#### [Task description]
The listing below holds a line with "#94=PLANE('',#83);" and a line with "#158=EDGE_CURVE('',#156,#156,#157,.T.);". Reproduce those two lines exactly, plus everything between them.

#### [Records to use]

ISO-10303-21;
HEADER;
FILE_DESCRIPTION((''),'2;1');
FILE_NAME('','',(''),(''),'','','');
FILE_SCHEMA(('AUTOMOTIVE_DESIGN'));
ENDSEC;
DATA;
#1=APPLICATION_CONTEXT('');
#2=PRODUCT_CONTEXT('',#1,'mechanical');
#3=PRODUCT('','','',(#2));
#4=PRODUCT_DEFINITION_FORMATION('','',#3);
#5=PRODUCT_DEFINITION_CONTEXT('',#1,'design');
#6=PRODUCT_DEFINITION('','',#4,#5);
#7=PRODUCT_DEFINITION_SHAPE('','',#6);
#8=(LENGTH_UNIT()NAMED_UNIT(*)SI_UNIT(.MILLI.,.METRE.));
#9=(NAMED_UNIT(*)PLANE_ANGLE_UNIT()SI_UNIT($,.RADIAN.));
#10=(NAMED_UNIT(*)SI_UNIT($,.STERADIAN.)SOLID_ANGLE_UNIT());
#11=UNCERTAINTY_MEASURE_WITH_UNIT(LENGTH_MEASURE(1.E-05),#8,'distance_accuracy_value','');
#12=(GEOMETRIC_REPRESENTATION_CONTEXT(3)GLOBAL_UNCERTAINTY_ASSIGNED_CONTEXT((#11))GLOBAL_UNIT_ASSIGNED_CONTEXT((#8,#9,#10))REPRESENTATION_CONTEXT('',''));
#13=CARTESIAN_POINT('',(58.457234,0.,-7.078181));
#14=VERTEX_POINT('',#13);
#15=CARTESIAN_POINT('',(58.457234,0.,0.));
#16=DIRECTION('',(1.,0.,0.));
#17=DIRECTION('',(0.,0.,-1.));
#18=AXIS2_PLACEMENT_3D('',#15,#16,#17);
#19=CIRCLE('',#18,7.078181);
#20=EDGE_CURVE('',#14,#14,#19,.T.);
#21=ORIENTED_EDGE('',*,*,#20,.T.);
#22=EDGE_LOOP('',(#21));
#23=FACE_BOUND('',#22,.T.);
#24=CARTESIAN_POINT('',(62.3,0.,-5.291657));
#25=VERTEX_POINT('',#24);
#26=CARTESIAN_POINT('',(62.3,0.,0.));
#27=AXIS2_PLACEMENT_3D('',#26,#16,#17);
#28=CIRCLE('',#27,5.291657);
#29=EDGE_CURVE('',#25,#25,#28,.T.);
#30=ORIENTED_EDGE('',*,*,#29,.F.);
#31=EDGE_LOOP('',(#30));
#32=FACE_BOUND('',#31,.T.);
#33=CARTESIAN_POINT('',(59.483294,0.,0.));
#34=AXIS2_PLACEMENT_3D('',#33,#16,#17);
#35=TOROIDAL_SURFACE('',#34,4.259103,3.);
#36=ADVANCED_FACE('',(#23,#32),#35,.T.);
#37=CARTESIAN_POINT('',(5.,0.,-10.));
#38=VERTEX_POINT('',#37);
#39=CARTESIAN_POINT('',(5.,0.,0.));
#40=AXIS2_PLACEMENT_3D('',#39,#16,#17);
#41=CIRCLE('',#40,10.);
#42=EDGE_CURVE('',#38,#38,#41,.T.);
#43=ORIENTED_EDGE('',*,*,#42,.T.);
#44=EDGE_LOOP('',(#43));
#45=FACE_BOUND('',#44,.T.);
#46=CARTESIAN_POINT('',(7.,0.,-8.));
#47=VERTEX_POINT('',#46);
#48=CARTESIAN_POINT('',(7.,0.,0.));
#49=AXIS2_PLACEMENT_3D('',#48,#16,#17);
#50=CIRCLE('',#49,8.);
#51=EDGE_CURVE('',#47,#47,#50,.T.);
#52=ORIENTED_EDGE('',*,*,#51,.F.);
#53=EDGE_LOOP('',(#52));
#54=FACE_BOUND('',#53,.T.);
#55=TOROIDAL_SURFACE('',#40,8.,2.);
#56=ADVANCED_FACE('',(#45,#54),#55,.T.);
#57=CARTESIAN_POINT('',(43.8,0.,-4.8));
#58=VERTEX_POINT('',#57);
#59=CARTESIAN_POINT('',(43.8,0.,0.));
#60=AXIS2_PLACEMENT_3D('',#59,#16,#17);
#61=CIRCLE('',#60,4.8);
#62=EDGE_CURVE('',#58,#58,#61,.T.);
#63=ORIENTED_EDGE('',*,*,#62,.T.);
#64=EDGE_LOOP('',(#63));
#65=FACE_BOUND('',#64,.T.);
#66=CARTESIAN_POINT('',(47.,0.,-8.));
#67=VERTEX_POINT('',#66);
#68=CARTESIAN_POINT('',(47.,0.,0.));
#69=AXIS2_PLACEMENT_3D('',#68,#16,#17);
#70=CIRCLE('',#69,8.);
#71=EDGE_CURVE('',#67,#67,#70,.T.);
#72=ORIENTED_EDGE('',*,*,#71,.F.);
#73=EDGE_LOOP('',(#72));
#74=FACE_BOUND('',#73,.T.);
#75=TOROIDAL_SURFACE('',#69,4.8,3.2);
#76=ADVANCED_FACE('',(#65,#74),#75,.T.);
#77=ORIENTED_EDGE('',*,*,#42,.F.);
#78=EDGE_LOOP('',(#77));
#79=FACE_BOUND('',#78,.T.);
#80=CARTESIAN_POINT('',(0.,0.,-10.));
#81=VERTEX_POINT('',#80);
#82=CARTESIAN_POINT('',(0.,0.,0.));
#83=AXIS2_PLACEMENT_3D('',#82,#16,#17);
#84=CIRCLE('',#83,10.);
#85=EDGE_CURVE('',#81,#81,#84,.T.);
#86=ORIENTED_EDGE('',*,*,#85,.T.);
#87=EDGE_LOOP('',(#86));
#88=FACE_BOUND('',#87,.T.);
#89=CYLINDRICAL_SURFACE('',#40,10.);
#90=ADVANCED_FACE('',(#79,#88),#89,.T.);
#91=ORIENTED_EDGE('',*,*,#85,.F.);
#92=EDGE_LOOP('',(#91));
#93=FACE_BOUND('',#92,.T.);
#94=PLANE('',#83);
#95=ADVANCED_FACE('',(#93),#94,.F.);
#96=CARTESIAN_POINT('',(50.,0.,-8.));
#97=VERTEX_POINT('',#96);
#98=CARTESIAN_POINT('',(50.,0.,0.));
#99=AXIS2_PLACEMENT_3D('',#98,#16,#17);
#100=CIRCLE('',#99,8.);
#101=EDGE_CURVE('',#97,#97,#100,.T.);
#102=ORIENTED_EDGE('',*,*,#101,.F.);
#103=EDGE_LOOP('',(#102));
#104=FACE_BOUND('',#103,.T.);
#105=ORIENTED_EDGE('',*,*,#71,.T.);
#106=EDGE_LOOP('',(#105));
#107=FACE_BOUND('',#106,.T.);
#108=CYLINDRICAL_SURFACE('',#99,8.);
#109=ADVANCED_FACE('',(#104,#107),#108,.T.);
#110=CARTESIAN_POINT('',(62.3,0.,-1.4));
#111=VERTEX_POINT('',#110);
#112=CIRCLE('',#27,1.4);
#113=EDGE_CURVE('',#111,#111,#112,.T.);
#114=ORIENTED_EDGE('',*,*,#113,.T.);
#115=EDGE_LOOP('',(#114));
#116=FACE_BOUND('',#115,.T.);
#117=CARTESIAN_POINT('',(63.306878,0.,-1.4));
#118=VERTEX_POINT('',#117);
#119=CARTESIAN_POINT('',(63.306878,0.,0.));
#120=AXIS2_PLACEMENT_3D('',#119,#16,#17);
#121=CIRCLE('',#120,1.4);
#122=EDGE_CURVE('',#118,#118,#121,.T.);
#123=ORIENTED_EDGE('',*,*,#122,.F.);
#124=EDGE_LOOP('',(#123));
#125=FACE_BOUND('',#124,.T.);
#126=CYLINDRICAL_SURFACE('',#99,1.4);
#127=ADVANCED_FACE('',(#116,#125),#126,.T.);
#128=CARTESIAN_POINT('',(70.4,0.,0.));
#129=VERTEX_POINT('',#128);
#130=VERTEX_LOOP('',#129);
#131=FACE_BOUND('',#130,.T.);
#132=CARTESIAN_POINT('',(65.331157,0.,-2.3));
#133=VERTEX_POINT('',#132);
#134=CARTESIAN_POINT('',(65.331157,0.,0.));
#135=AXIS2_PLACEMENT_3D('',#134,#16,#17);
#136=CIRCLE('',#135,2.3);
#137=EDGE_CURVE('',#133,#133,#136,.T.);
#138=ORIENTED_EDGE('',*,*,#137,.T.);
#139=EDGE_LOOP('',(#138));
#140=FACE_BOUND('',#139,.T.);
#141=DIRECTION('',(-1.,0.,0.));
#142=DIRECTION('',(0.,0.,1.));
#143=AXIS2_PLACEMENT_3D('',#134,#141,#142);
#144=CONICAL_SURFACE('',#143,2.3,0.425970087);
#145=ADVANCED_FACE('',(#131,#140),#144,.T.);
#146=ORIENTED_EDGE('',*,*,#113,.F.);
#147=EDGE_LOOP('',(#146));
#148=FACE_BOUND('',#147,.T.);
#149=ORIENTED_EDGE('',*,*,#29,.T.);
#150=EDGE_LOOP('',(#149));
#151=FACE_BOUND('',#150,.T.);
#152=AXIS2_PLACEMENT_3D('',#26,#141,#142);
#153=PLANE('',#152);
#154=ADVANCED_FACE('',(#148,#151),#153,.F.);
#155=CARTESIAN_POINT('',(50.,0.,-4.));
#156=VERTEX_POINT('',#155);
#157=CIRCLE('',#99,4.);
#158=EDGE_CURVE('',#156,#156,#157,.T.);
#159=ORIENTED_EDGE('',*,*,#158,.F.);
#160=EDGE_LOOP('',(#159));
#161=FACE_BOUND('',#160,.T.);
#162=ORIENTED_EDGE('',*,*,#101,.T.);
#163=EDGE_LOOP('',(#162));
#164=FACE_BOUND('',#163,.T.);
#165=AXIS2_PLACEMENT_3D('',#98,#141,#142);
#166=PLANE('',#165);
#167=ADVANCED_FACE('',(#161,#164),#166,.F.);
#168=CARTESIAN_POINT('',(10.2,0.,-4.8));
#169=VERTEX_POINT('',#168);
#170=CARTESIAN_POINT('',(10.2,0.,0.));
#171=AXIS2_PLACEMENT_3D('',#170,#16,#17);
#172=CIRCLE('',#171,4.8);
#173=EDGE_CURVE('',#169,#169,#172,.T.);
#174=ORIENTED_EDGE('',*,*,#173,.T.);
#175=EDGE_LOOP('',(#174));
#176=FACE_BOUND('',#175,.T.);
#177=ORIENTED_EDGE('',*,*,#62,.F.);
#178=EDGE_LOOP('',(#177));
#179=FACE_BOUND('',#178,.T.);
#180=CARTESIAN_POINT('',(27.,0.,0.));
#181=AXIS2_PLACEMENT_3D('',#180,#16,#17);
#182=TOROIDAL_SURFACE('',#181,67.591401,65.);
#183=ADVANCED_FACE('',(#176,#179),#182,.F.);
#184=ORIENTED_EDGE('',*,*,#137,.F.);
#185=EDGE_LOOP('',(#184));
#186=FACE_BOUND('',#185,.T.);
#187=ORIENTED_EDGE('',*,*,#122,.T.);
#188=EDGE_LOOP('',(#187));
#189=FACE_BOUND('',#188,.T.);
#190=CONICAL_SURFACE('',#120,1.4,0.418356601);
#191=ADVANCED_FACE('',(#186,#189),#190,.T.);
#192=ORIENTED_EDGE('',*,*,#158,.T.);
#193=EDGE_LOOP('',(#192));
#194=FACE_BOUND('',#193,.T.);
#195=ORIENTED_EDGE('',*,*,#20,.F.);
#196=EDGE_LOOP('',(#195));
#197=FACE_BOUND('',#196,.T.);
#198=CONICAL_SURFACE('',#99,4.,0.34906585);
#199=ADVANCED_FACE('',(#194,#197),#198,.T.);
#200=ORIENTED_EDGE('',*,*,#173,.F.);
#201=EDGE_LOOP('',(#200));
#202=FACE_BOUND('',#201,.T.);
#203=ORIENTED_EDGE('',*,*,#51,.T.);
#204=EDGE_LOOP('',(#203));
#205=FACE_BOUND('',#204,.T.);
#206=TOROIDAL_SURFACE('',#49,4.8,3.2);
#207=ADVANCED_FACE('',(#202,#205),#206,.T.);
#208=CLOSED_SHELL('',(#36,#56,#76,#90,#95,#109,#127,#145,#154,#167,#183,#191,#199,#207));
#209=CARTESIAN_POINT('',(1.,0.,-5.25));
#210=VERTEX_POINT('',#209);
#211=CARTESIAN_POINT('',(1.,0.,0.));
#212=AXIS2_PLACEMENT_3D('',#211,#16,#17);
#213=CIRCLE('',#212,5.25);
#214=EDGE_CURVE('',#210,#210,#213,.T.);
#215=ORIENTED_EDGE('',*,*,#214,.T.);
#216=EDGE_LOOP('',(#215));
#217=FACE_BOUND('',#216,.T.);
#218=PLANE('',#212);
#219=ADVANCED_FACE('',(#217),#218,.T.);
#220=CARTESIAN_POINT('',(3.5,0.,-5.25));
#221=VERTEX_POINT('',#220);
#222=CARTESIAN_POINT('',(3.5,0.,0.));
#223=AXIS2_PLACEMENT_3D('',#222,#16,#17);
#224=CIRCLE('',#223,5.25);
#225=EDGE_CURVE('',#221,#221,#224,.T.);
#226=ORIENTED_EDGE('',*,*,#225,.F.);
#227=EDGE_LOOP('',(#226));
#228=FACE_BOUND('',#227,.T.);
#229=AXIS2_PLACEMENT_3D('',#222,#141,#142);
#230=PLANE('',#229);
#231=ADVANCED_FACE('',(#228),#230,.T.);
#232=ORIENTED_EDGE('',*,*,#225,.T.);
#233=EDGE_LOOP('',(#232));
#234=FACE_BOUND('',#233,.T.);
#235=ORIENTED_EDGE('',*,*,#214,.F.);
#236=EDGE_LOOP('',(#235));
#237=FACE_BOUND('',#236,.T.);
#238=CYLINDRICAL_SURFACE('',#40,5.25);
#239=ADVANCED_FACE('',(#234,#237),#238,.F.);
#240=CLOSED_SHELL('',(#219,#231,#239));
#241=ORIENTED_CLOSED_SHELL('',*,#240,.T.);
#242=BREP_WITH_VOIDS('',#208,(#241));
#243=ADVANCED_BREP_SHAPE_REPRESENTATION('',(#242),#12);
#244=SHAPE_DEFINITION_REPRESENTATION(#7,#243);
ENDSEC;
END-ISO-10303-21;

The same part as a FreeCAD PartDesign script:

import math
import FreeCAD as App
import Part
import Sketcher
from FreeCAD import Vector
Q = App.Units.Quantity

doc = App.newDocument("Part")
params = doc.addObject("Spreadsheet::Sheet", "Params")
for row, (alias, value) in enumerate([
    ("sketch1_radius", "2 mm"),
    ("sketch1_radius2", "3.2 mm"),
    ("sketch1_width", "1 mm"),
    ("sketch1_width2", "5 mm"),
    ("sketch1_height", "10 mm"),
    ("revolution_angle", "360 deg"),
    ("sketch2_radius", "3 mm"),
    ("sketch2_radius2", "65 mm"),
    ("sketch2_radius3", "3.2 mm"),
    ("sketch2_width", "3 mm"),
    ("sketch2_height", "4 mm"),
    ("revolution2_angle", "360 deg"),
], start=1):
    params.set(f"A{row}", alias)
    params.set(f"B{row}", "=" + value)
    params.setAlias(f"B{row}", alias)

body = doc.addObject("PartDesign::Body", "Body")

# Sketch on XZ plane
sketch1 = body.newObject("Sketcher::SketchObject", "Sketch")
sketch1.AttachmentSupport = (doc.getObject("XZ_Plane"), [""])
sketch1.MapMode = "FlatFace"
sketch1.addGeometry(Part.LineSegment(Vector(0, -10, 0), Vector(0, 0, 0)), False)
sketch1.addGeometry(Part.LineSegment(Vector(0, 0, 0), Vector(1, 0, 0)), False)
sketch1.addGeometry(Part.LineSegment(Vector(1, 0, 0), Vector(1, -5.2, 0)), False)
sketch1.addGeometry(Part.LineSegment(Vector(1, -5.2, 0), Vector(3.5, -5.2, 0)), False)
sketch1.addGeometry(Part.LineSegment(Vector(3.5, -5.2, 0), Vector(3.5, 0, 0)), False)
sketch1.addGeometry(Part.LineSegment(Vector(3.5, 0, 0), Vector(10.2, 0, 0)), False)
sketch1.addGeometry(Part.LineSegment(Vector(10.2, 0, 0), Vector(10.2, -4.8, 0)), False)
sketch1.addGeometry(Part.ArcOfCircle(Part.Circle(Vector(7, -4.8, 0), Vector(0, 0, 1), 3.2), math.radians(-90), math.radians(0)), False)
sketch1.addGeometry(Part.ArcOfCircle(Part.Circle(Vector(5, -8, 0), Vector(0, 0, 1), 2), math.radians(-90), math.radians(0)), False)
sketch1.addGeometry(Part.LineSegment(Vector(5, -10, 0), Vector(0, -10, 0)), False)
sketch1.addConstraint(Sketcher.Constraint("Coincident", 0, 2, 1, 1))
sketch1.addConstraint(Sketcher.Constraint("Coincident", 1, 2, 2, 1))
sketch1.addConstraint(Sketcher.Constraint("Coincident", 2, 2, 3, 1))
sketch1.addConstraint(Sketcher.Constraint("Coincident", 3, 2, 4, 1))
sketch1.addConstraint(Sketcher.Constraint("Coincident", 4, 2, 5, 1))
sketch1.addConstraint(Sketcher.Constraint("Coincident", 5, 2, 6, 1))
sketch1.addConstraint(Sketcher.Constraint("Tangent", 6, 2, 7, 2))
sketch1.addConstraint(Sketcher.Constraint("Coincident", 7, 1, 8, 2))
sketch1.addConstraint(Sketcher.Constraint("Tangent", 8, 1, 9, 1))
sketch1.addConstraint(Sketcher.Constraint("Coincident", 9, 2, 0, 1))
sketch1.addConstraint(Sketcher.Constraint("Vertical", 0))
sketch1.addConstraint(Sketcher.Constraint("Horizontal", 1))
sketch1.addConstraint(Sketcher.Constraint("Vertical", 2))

...

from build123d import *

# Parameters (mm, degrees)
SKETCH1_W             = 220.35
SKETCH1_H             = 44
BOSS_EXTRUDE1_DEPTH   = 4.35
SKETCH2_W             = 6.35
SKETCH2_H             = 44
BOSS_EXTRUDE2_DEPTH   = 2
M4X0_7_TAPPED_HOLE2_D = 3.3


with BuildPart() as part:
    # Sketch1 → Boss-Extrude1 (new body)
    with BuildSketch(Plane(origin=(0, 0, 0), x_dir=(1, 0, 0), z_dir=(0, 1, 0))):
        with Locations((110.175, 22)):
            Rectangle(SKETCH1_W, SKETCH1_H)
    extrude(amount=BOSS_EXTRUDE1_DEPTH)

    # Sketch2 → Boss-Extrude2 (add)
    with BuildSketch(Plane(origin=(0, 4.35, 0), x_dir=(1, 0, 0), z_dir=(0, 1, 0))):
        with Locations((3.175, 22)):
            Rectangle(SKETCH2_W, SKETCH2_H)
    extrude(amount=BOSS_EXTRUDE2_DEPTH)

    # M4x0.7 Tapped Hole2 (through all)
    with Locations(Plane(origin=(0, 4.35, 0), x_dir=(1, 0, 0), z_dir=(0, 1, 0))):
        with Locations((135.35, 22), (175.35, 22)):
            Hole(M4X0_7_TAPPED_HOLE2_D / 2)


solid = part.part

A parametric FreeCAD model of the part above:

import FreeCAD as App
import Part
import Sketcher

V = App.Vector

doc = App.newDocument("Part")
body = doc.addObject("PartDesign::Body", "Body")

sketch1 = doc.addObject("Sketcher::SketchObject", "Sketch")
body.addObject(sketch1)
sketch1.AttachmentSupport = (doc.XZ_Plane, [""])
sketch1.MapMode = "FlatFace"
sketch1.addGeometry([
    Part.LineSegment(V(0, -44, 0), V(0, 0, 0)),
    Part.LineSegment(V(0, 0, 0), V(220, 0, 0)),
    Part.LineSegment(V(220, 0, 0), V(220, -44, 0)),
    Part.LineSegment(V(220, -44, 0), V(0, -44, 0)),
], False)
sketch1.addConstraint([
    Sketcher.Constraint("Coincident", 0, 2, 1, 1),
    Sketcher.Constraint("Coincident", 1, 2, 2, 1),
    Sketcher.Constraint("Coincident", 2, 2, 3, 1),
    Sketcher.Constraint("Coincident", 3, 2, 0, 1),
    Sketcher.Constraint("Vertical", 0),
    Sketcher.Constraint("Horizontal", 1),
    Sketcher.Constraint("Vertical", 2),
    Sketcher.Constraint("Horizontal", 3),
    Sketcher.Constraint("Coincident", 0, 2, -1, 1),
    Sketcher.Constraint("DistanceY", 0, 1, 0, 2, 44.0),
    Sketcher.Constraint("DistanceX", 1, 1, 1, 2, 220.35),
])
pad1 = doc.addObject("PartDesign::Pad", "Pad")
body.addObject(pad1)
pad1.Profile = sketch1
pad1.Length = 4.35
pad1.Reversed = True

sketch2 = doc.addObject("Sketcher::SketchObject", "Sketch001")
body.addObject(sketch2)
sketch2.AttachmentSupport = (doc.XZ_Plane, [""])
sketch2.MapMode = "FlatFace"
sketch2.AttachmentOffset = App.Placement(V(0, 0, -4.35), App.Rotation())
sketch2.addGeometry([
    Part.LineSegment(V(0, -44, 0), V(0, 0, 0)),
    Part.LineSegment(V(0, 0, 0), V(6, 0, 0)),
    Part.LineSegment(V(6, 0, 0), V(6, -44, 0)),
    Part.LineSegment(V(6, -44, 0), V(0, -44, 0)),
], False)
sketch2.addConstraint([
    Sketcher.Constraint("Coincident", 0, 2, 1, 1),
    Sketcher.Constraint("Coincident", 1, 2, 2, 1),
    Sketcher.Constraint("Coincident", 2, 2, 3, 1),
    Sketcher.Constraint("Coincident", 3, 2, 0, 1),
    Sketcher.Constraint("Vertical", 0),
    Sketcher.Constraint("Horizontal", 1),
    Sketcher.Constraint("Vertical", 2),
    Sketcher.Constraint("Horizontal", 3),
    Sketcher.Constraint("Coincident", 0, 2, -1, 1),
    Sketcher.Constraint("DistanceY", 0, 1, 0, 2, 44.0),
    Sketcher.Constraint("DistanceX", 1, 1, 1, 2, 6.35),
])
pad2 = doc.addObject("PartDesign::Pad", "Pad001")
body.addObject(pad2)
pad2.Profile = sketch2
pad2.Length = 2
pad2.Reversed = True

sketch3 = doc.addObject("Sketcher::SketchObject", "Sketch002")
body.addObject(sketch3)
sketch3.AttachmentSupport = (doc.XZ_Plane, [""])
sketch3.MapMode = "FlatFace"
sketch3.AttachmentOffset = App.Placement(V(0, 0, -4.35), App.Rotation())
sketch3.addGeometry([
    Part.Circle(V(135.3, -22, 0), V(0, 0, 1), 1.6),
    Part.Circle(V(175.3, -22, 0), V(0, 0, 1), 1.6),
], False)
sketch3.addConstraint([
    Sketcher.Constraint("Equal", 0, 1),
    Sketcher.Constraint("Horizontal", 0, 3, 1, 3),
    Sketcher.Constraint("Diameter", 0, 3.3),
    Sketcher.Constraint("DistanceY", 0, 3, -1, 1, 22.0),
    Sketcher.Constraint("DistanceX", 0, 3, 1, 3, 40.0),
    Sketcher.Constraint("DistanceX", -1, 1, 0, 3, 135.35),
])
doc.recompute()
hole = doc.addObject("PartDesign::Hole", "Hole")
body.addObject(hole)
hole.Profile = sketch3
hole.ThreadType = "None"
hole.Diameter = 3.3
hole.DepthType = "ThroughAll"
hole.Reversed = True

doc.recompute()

#### [Output below]
#94=PLANE('',#83);
#95=ADVANCED_FACE('',(#93),#94,.F.);
#96=CARTESIAN_POINT('',(50.,0.,-8.));
#97=VERTEX_POINT('',#96);
#98=CARTESIAN_POINT('',(50.,0.,0.));
#99=AXIS2_PLACEMENT_3D('',#98,#16,#17);
#100=CIRCLE('',#99,8.);
#101=EDGE_CURVE('',#97,#97,#100,.T.);
#102=ORIENTED_EDGE('',*,*,#101,.F.);
#103=EDGE_LOOP('',(#102));
#104=FACE_BOUND('',#103,.T.);
#105=ORIENTED_EDGE('',*,*,#71,.T.);
#106=EDGE_LOOP('',(#105));
#107=FACE_BOUND('',#106,.T.);
#108=CYLINDRICAL_SURFACE('',#99,8.);
#109=ADVANCED_FACE('',(#104,#107),#108,.T.);
#110=CARTESIAN_POINT('',(62.3,0.,-1.4));
#111=VERTEX_POINT('',#110);
#112=CIRCLE('',#27,1.4);
#113=EDGE_CURVE('',#111,#111,#112,.T.);
#114=ORIENTED_EDGE('',*,*,#113,.T.);
#115=EDGE_LOOP('',(#114));
#116=FACE_BOUND('',#115,.T.);
#117=CARTESIAN_POINT('',(63.306878,0.,-1.4));
#118=VERTEX_POINT('',#117);
#119=CARTESIAN_POINT('',(63.306878,0.,0.));
#120=AXIS2_PLACEMENT_3D('',#119,#16,#17);
#121=CIRCLE('',#120,1.4);
#122=EDGE_CURVE('',#118,#118,#121,.T.);
#123=ORIENTED_EDGE('',*,*,#122,.F.);
#124=EDGE_LOOP('',(#123));
#125=FACE_BOUND('',#124,.T.);
#126=CYLINDRICAL_SURFACE('',#99,1.4);
#127=ADVANCED_FACE('',(#116,#125),#126,.T.);
#128=CARTESIAN_POINT('',(70.4,0.,0.));
#129=VERTEX_POINT('',#128);
#130=VERTEX_LOOP('',#129);
#131=FACE_BOUND('',#130,.T.);
#132=CARTESIAN_POINT('',(65.331157,0.,-2.3));
#133=VERTEX_POINT('',#132);
#134=CARTESIAN_POINT('',(65.331157,0.,0.));
#135=AXIS2_PLACEMENT_3D('',#134,#16,#17);
#136=CIRCLE('',#135,2.3);
#137=EDGE_CURVE('',#133,#133,#136,.T.);
#138=ORIENTED_EDGE('',*,*,#137,.T.);
#139=EDGE_LOOP('',(#138));
#140=FACE_BOUND('',#139,.T.);
#141=DIRECTION('',(-1.,0.,0.));
#142=DIRECTION('',(0.,0.,1.));
#143=AXIS2_PLACEMENT_3D('',#134,#141,#142);
#144=CONICAL_SURFACE('',#143,2.3,0.425970087);
#145=ADVANCED_FACE('',(#131,#140),#144,.T.);
#146=ORIENTED_EDGE('',*,*,#113,.F.);
#147=EDGE_LOOP('',(#146));
#148=FACE_BOUND('',#147,.T.);
#149=ORIENTED_EDGE('',*,*,#29,.T.);
#150=EDGE_LOOP('',(#149));
#151=FACE_BOUND('',#150,.T.);
#152=AXIS2_PLACEMENT_3D('',#26,#141,#142);
#153=PLANE('',#152);
#154=ADVANCED_FACE('',(#148,#151),#153,.F.);
#155=CARTESIAN_POINT('',(50.,0.,-4.));
#156=VERTEX_POINT('',#155);
#157=CIRCLE('',#99,4.);
#158=EDGE_CURVE('',#156,#156,#157,.T.);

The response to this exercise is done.